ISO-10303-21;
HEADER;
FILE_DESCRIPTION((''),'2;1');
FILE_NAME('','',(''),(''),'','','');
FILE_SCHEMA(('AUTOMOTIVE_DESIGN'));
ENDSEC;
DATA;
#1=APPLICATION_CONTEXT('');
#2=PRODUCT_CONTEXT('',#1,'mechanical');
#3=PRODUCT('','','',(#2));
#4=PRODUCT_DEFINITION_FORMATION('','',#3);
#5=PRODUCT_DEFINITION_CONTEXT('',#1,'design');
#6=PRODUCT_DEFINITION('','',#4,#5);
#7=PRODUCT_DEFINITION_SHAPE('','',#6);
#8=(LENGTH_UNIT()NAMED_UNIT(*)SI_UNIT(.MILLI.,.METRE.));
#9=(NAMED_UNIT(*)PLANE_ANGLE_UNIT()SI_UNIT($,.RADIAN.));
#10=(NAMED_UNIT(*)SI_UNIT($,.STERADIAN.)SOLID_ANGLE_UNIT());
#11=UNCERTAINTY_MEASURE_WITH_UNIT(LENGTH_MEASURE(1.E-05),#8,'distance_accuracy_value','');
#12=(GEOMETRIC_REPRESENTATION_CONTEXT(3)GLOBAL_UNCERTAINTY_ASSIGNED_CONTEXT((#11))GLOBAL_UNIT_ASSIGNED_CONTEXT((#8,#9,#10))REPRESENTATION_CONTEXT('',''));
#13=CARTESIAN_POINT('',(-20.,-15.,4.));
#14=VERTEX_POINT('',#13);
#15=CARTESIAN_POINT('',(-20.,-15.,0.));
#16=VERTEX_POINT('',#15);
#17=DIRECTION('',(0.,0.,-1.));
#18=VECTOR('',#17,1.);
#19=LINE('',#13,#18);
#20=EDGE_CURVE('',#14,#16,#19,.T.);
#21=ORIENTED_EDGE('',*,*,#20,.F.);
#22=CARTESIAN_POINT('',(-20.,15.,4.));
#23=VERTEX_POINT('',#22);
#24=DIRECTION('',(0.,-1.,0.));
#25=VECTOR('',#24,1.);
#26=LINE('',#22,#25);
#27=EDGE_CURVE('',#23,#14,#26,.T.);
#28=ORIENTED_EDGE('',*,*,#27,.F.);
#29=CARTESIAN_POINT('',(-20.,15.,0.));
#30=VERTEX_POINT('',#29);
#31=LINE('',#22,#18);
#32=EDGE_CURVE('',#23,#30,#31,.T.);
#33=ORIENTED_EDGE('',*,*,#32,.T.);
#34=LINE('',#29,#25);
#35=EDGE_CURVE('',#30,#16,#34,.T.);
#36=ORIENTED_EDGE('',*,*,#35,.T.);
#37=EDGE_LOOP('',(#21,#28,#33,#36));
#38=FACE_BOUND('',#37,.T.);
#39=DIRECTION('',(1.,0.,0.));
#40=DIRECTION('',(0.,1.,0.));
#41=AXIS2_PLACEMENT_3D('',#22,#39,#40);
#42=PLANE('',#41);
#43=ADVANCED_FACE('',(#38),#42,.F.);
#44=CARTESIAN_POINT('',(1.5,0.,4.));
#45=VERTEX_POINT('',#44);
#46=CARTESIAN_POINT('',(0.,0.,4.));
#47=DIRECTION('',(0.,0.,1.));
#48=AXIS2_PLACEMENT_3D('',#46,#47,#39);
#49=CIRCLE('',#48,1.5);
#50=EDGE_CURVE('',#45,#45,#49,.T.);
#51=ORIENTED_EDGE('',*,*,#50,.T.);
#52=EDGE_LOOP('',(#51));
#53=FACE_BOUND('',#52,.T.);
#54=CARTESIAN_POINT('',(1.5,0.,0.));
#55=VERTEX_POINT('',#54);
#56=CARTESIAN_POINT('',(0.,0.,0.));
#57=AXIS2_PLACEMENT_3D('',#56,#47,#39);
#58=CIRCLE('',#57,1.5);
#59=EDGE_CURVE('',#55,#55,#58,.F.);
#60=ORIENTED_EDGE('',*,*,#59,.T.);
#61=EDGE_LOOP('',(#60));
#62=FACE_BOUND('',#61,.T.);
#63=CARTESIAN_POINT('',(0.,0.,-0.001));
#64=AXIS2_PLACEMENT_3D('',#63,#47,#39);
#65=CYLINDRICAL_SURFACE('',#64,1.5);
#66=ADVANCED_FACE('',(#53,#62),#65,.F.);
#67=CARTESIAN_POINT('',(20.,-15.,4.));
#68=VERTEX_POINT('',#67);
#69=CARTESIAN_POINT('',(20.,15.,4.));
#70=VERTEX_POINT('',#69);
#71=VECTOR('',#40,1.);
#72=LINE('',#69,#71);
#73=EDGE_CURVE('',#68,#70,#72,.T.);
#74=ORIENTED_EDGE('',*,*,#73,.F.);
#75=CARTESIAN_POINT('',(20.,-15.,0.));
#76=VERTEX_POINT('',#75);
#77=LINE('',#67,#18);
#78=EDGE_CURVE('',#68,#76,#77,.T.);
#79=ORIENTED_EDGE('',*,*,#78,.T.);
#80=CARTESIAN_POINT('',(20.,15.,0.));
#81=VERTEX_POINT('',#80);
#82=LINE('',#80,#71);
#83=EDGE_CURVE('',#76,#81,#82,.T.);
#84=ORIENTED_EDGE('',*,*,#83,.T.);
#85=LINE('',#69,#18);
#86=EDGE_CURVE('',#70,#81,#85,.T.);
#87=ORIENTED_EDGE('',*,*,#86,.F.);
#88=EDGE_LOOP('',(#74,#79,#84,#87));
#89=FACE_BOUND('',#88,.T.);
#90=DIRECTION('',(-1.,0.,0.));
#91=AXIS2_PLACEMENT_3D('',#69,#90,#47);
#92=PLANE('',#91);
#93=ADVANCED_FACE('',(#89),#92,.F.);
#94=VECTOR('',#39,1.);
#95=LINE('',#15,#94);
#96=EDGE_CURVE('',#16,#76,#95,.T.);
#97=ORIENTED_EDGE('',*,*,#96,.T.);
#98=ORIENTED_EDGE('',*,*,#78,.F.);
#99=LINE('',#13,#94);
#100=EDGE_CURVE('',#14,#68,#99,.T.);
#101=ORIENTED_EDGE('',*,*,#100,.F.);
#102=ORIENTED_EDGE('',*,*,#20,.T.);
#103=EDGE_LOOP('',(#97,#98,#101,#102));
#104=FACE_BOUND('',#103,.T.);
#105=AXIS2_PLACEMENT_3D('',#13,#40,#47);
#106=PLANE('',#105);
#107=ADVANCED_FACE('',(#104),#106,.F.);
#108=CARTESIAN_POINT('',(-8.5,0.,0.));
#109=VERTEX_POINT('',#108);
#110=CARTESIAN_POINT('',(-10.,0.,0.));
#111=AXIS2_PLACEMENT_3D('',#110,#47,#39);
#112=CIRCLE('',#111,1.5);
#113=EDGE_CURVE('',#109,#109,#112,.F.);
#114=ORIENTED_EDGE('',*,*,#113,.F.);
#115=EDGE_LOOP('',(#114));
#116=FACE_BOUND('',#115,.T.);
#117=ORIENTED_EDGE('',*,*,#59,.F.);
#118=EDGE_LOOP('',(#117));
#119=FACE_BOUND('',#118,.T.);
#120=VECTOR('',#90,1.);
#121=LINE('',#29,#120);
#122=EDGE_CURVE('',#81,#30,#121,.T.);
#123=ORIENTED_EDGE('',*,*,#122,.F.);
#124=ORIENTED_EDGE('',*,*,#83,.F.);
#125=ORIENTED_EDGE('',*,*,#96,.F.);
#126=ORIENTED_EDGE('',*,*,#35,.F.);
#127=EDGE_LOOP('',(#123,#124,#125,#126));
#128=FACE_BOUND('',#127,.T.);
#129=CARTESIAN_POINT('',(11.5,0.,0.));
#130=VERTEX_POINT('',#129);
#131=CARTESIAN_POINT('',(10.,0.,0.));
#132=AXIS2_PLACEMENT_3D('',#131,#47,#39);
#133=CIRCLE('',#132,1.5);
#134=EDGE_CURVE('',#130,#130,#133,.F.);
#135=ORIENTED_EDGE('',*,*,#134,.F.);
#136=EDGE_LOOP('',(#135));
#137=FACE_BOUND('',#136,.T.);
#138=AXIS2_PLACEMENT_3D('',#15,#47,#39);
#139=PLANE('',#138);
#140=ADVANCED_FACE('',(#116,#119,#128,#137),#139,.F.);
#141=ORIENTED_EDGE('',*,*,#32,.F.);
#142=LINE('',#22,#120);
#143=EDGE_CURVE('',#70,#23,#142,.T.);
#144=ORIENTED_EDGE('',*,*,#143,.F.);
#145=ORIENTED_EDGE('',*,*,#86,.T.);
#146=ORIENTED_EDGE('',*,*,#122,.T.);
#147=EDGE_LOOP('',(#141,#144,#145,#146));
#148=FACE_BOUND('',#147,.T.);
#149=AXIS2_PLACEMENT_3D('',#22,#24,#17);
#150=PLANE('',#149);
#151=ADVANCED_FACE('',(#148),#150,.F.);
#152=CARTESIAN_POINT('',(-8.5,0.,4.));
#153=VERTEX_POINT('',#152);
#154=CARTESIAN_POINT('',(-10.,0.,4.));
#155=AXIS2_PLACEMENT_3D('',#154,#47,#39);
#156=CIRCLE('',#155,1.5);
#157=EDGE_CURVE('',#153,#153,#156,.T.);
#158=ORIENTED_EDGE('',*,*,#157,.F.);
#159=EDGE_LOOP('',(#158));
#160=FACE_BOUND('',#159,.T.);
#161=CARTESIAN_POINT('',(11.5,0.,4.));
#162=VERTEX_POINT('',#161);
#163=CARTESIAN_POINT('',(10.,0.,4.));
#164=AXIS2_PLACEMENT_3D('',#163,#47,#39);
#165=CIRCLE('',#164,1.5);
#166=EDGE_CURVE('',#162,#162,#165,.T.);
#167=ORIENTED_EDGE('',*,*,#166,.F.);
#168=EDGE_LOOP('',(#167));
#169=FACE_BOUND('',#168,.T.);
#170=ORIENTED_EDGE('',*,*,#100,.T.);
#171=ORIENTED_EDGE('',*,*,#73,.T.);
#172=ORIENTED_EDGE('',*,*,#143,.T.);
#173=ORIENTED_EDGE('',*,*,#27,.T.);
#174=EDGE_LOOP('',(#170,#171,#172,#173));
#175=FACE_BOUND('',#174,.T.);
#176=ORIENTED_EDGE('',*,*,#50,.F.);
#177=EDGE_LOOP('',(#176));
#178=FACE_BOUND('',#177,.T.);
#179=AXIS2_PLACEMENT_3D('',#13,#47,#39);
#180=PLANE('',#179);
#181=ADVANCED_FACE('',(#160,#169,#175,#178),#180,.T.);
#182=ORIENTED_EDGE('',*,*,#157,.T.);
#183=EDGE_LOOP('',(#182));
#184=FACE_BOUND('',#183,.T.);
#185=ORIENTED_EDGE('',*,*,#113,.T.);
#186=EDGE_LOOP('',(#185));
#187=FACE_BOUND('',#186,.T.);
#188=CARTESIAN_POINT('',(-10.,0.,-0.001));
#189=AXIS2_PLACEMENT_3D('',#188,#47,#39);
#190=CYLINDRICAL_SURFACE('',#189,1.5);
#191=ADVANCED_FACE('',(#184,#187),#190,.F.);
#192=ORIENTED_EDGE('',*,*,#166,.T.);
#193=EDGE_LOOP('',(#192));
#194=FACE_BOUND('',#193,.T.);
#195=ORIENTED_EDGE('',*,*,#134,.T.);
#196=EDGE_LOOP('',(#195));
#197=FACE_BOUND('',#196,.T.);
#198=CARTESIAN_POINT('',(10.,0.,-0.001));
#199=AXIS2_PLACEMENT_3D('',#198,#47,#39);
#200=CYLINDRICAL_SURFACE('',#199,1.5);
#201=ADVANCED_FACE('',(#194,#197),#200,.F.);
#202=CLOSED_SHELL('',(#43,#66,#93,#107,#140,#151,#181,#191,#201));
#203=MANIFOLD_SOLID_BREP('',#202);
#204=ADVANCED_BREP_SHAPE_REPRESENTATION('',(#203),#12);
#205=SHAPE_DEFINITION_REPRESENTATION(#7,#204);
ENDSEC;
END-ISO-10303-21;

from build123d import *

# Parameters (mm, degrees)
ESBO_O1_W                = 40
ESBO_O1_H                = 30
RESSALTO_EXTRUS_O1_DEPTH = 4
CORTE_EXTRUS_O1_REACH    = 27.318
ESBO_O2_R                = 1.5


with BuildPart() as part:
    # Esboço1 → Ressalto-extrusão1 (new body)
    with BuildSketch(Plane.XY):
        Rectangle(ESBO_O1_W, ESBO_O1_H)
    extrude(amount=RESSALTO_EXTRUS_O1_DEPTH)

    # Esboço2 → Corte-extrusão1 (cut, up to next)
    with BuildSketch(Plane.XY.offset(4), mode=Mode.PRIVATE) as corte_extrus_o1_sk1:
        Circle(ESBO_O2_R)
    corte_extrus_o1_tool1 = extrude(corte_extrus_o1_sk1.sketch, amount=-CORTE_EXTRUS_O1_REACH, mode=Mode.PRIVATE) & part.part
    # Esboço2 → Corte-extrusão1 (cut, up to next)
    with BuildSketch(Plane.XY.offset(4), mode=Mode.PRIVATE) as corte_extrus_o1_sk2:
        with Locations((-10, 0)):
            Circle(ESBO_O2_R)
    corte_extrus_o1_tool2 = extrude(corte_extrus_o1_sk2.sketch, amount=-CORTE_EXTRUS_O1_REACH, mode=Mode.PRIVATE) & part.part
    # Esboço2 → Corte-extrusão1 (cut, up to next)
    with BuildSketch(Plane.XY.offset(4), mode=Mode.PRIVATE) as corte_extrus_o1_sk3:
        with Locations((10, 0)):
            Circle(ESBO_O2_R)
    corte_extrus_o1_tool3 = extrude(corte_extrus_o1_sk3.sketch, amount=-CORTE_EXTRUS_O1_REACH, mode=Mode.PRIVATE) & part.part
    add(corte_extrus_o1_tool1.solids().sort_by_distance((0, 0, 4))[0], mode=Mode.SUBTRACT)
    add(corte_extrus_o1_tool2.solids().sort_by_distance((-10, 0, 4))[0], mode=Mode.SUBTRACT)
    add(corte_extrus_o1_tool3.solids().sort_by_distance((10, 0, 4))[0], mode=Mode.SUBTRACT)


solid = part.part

## DIRECTIONS
Retype every line up to and including the one that contains "#6=PRODUCT_DEFINITION('','',#4,#5);", beginning at the first line of the records, with no edits.

## YOUR SOLUTION
ISO-10303-21;
HEADER;
FILE_DESCRIPTION((''),'2;1');
FILE_NAME('','',(''),(''),'','','');
FILE_SCHEMA(('AUTOMOTIVE_DESIGN'));
ENDSEC;
DATA;
#1=APPLICATION_CONTEXT('');
#2=PRODUCT_CONTEXT('',#1,'mechanical');
#3=PRODUCT('','','',(#2));
#4=PRODUCT_DEFINITION_FORMATION('','',#3);
#5=PRODUCT_DEFINITION_CONTEXT('',#1,'design');
#6=PRODUCT_DEFINITION('','',#4,#5);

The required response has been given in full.